Home&Harvest | March+April 2024 79

“Alright,” Marvel stood to referee. “Fighting about how you both messed up isn’t getting us anywhere.”

“Otis, let me look at your finger,” Firefighter Bob said. “Tell me what happened.”

Otis stuck out his hand and quickly explained the basement slam dunk contest and the exposed nail. Bob snickered and removed the sock. “Guess you didn’t think a real bandage was a good idea?”

“I think it’s pretty obvious that we weren’t thinking at all,” Otis replied.

The firefighters and officers erupted in laughter, but Otis and Biergut’s family members didn’t see the humor, although Grandpa Ed’s lips did twitch.

Otis continued, “We did try to find a bandage. There weren’t any downstairs or above the laundry sink.” He shot a look at his mom.

Mavis shot back. “There are bandages in the bathrooms upstairs and above the washer.

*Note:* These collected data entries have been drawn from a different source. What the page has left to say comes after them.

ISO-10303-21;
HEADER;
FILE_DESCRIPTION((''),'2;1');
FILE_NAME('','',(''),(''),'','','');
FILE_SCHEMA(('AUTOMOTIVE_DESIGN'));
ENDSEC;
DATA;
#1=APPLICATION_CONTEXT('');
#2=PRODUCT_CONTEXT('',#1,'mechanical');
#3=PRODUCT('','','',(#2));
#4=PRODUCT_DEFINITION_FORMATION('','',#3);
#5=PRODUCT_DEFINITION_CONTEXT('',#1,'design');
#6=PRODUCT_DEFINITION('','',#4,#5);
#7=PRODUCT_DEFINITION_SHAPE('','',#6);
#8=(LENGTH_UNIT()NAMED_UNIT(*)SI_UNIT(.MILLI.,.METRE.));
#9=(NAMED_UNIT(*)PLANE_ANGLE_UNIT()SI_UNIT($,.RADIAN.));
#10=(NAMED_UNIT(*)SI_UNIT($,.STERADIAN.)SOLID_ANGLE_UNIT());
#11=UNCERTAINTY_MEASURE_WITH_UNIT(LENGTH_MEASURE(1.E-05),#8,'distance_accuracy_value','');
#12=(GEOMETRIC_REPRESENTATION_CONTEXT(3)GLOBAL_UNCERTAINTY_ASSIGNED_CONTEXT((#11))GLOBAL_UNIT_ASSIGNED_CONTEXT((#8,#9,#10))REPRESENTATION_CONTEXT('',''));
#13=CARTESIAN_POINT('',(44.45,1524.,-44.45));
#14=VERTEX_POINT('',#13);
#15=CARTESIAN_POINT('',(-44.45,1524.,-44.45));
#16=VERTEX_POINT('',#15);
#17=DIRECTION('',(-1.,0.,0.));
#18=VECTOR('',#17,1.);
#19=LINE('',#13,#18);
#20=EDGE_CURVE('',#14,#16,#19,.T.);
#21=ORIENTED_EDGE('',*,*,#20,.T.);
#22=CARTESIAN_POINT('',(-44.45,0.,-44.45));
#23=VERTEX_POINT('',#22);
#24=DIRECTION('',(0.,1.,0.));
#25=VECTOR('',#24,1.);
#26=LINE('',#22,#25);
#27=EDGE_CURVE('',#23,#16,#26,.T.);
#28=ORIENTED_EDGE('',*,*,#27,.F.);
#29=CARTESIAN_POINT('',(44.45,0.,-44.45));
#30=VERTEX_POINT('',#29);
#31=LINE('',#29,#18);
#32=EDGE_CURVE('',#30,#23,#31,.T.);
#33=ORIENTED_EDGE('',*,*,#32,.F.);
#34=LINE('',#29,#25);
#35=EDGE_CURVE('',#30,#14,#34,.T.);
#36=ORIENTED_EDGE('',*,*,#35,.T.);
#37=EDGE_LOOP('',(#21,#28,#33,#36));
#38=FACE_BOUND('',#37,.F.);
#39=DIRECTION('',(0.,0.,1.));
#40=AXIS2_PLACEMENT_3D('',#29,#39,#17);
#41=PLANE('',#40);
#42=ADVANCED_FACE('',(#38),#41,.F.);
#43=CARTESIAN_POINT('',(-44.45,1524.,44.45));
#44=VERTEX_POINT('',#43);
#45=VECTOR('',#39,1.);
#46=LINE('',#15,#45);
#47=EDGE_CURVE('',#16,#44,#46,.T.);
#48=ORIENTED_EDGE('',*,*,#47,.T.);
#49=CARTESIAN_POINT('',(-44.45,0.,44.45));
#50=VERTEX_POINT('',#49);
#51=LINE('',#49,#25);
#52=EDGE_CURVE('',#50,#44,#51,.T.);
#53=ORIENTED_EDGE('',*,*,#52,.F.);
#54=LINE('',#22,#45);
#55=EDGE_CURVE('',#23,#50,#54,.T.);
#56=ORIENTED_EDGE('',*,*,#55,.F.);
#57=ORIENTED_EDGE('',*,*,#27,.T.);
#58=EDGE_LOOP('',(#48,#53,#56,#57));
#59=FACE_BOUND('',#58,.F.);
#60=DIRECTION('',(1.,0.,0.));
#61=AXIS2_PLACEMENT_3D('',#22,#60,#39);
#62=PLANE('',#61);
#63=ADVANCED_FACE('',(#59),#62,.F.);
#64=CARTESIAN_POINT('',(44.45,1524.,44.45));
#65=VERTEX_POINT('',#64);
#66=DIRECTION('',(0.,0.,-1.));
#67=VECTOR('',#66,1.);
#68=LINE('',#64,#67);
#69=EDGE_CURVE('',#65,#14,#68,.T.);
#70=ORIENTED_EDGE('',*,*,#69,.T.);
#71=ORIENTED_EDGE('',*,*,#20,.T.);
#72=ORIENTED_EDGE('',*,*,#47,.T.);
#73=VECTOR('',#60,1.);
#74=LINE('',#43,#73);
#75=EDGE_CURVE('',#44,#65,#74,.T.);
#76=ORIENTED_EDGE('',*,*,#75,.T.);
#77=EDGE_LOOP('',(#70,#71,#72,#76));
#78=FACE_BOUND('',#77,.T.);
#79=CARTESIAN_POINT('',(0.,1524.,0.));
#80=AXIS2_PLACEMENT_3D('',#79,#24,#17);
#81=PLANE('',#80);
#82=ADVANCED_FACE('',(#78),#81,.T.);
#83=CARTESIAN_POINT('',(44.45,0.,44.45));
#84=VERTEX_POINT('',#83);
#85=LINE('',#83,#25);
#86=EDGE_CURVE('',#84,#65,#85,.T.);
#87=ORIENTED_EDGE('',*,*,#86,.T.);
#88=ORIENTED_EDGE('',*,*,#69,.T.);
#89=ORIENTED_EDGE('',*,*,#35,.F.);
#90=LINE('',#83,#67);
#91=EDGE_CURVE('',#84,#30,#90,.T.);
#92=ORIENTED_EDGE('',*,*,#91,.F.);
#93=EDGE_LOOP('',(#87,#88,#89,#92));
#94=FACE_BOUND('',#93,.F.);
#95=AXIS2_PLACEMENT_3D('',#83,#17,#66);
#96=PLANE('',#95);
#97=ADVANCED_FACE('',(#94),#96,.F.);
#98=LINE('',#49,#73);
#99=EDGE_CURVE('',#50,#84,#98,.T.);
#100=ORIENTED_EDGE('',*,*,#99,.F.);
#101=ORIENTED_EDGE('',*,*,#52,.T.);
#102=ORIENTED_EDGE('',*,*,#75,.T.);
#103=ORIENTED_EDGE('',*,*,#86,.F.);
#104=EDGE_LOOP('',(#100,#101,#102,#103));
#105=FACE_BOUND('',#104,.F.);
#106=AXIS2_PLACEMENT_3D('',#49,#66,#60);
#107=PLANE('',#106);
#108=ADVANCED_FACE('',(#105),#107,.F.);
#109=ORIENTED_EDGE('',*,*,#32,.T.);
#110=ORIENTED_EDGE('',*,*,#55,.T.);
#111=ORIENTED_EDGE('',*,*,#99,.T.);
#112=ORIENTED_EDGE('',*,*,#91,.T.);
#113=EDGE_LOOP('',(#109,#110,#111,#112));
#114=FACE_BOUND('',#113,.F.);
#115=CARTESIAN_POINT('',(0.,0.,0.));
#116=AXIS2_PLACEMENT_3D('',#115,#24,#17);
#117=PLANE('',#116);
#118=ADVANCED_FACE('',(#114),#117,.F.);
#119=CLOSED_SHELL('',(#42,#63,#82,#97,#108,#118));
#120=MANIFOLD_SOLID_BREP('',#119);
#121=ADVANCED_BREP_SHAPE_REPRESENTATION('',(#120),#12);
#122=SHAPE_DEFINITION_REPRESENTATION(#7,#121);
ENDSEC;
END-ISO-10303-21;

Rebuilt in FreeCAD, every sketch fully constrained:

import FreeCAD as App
import Part
import Sketcher

V = App.Vector
Q = App.Units.Quantity


def add_polygon(sketch, points):
    """Adds a closed chain of lines whose ends are joined by coincident constraints."""
    first, n = sketch.GeometryCount, len(points)
    for a, b in zip(points, points[1:] + points[:1]):
        sketch.addGeometry(Part.LineSegment(App.Vector(*a, 0), App.Vector(*b, 0)), False)
    for i in range(n):
        sketch.addConstraint(Sketcher.Constraint("Coincident", first + i, 2, first + (i + 1) % n, 1))

doc = App.newDocument("Part")
body = doc.addObject("PartDesign::Body", "Body")

# Sketch on XZ plane
sketch1 = body.newObject("Sketcher::SketchObject", "Sketch")
sketch1.AttachmentSupport = (doc.getObject("XZ_Plane"), [""])
sketch1.MapMode = "FlatFace"
add_polygon(sketch1, [(-44, 44), (44, 44), (44, -44), (-44, -44)])  # lines 0-3
sketch1.addConstraint(Sketcher.Constraint("Horizontal", 0))
sketch1.addConstraint(Sketcher.Constraint("Vertical", 1))
sketch1.addConstraint(Sketcher.Constraint("Horizontal", 2))
sketch1.addConstraint(Sketcher.Constraint("Vertical", 3))
sketch1.addConstraint(Sketcher.Constraint("Symmetric", 0, 2, 2, 2, -1, 1))
sketch1.addConstraint(Sketcher.Constraint("Equal", 2, 1))
sketch1.addConstraint(Sketcher.Constraint("DistanceX", 0, 1, 0, 2, Q("3.5 in")))
pad1 = body.newObject("PartDesign::Pad", "Pad")
pad1.Profile = sketch1
pad1.Length = Q("60 in")
pad1.Reversed = True

doc.recompute()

I guess you didn’t look hard enough in your hurry to escape the damage done from doing something I told you and your brothers…and your dad was dangerous.”

“In my defense, I never saw the nail,” Marvel interjected, which elicited a dagger-like look from Mavis.

“It’s OK, Dad,” Otis said. “I didn’t either.”

“The cut looks pretty deep,” Bob concluded after inspecting the mangled finger. “You’re going to need stitches.”

Otis winced and then glared at Biergut, who glared right back.

“You mean to tell me, Otis, that because you stuck your stupid finger up at me, we went through all the sneaking upstairs, the ‘Oh, Biergut, follow where I walk so the floor doesn’t squeak,’ the sneaking out of the house, the concocting a plan how you ripped your finger open on a barbwire fence, just to not get into trouble and not get stitches, and now you gotta get stitches and we’re in trouble ANYWAY?!”

“And don’t forget the tetanus shot,” Ed chimed in.

Otis groaned.

Ed walked over to his defeated grandson and patted him on the back. “Otis, I guess since it’s revival day, we should be sure to sing the hymnal The Nail Scarred Hand as we head to Doc Adams’s to get those stitches.”